# Phillip



## MooseKnocker (Aug 5, 2012)

Just got home from work to see my Phillip fighting to stay afloat. He's given up and spent a few minutes in my hand. I placed him on his leafs he loved to sleep on where he is spending his last hours. I feel odd attaching myself to a fish like this, I feel bad knowing he should be in a better place besides the toilet.


----------



## dramaqueen (Jul 7, 2008)

I'm so sorry about Phillip. I'm sure he had a great life with you.


----------



## brookeandbubba (Feb 8, 2013)

My fish has a sleep leaf aswell. Hes so dumb that he sleeps on the suction cup. Do you think your fish was sick ? Or just old. Well dont wory about him to much hes in a way better place know . Also just to let you know.
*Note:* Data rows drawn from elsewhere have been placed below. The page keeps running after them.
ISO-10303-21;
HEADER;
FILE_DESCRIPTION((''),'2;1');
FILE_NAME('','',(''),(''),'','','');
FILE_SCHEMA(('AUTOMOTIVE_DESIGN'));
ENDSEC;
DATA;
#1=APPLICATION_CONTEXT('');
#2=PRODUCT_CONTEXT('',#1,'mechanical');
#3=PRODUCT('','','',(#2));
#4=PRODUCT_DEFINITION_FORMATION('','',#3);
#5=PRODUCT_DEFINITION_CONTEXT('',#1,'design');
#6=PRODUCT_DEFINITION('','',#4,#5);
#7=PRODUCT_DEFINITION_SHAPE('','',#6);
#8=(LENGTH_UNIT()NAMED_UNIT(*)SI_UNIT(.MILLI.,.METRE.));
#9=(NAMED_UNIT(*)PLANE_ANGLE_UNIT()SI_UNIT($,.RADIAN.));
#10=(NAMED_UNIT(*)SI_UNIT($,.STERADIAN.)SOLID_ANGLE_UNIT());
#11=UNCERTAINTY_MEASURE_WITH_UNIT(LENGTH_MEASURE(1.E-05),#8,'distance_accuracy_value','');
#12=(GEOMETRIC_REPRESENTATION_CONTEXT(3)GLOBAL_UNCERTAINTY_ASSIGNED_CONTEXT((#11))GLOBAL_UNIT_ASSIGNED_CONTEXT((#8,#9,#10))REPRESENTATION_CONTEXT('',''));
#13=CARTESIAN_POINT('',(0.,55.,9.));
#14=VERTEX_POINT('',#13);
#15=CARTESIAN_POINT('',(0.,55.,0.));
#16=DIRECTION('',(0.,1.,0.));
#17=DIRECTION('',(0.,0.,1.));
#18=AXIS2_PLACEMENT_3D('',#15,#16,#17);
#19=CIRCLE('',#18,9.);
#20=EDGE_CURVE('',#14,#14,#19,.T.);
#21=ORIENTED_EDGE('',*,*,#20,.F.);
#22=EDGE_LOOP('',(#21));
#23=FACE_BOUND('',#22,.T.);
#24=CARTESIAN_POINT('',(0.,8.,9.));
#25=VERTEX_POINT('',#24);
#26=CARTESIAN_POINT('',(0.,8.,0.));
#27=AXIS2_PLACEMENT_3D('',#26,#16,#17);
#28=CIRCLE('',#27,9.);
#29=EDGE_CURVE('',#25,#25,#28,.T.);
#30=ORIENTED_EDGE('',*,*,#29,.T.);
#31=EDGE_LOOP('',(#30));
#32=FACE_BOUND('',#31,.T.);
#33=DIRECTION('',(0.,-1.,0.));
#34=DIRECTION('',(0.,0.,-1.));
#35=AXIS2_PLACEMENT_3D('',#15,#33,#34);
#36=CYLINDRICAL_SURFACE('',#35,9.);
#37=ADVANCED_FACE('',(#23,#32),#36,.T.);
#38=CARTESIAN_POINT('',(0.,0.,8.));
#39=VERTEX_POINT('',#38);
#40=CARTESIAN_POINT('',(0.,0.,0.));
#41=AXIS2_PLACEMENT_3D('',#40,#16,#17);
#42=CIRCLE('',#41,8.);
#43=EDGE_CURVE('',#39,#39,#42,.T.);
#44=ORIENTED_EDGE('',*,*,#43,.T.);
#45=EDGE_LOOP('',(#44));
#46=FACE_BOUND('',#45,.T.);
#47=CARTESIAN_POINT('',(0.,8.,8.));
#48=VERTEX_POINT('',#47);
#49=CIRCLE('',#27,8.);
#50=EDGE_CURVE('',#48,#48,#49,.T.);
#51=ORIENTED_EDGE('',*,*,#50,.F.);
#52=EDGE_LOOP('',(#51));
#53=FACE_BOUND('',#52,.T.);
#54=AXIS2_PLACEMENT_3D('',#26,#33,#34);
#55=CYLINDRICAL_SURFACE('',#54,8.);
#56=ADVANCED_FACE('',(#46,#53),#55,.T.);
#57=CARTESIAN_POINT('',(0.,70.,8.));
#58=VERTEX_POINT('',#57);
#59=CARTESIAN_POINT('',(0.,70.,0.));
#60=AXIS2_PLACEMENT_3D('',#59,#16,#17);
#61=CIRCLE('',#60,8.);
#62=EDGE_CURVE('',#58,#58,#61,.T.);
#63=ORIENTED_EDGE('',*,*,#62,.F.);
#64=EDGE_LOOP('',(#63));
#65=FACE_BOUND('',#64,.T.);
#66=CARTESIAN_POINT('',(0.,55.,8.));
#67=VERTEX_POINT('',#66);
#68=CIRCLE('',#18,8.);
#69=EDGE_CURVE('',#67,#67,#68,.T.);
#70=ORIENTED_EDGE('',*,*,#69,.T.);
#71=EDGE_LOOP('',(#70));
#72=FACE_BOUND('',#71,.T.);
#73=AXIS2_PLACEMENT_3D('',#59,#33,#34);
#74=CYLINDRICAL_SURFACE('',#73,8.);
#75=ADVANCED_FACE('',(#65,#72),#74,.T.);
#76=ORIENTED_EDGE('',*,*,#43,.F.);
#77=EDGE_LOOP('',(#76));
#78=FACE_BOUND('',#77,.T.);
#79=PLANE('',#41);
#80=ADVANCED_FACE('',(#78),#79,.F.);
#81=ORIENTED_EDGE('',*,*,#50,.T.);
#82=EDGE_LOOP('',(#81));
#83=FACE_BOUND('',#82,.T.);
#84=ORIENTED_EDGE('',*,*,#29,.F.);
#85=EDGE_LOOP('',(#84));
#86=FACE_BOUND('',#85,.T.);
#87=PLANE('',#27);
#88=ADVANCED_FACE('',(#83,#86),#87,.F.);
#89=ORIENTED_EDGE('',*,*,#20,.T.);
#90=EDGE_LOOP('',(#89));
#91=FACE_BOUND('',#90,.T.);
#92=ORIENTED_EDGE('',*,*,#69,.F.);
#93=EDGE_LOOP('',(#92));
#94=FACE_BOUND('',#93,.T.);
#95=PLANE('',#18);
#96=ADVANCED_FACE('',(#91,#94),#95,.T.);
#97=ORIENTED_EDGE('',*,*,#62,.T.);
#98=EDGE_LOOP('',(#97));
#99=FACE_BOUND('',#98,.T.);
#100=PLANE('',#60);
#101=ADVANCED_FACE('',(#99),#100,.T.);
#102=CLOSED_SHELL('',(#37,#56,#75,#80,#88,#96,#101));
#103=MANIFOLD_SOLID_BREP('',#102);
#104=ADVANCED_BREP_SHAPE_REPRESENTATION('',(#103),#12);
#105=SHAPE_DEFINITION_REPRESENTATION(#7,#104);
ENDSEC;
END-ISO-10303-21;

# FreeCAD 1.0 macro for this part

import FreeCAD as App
import Part
import Sketcher

V = App.Vector
Q = App.Units.Quantity

doc = App.newDocument("Part")
body = doc.addObject("PartDesign::Body", "Body")

# Sketch on XZ plane
sketch1 = body.newObject("Sketcher::SketchObject", "Sketch")
sketch1.AttachmentSupport = (doc.getObject("XZ_Plane"), [""])
sketch1.MapMode = "FlatFace"
sketch1.addGeometry(Part.Circle(V(0, 0, 0), V(0, 0, 1), 8), False)
sketch1.addConstraint([
    Sketcher.Constraint("Coincident", 0, 3, -1, 1),
    Sketcher.Constraint("Diameter", 0, Q("16 mm")),
])
pad1 = body.newObject("PartDesign::Pad", "Pad")
pad1.Profile = sketch1
pad1.Length = 8
pad1.Reversed = True

# Sketch on XZ plane
sketch2 = body.newObject("Sketcher::SketchObject", "Sketch001")
sketch2.AttachmentSupport = (doc.getObject("XZ_Plane"), [""])
sketch2.MapMode = "FlatFace"
sketch2.AttachmentOffset = App.Placement(V(0, 0, -8), App.Rotation())
sketch2.addGeometry(Part.Circle(V(0, 0, 0), V(0, 0, 1), 9), False)
sketch2.addConstraint([
    Sketcher.Constraint("Coincident", 0, 3, -1, 1),
    Sketcher.Constraint("Diameter", 0, Q("18 mm")),
])
pad2 = body.newObject("PartDesign::Pad", "Pad001")
pad2.Profile = sketch2
pad2.Length = 47
pad2.Reversed = True

# Sketch on XZ plane
sketch3 = body.newObject("Sketcher::SketchObject", "Sketch002")
sketch3.AttachmentSupport = (doc.getObject("XZ_Plane"), [""])
sketch3.MapMode = "FlatFace"
sketch3.AttachmentOffset = App.Placement(V(0, 0, -55), App.Rotation())
sketch3.addGeometry(Part.Circle(V(0, 0, 0), V(0, 0, 1), 8), False)
sketch3.addConstraint([
    Sketcher.Constraint("Coincident", 0, 3, -1, 1),
    Sketcher.Constraint("Diameter", 0, Q("16 mm")),
])
pad3 = body.newObject("PartDesign::Pad", "Pad002")
pad3.Profile = sketch3
pad3.Length = 15
pad3.Reversed = True

doc.recompute()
The toilet is the traditional way of a fish funeral . So its more of an honor than a bad thing for a fish to be flushed . Hope you arent to sad abot it <3


----------



## Arashi Takamine (Mar 3, 2011)

brookeandbubba said:


> My fish has a sleep leaf aswell. Hes so dumb that he sleeps on the suction cup. Do you think your fish was sick ? Or just old. Well dont wory about him to much hes in a way better place know . Also just to let you know. The toilet is the traditional way of a fish funeral . So its more of an honor than a bad thing for a fish to be flushed . Hope you arent to sad abot it <3


That doesn't make the pain go away any less. My own fish just died and I wish I could bury him under a plant where he could go back naturally...Not flushing but there was no choice.


OP I'm so sorry for your loss..


----------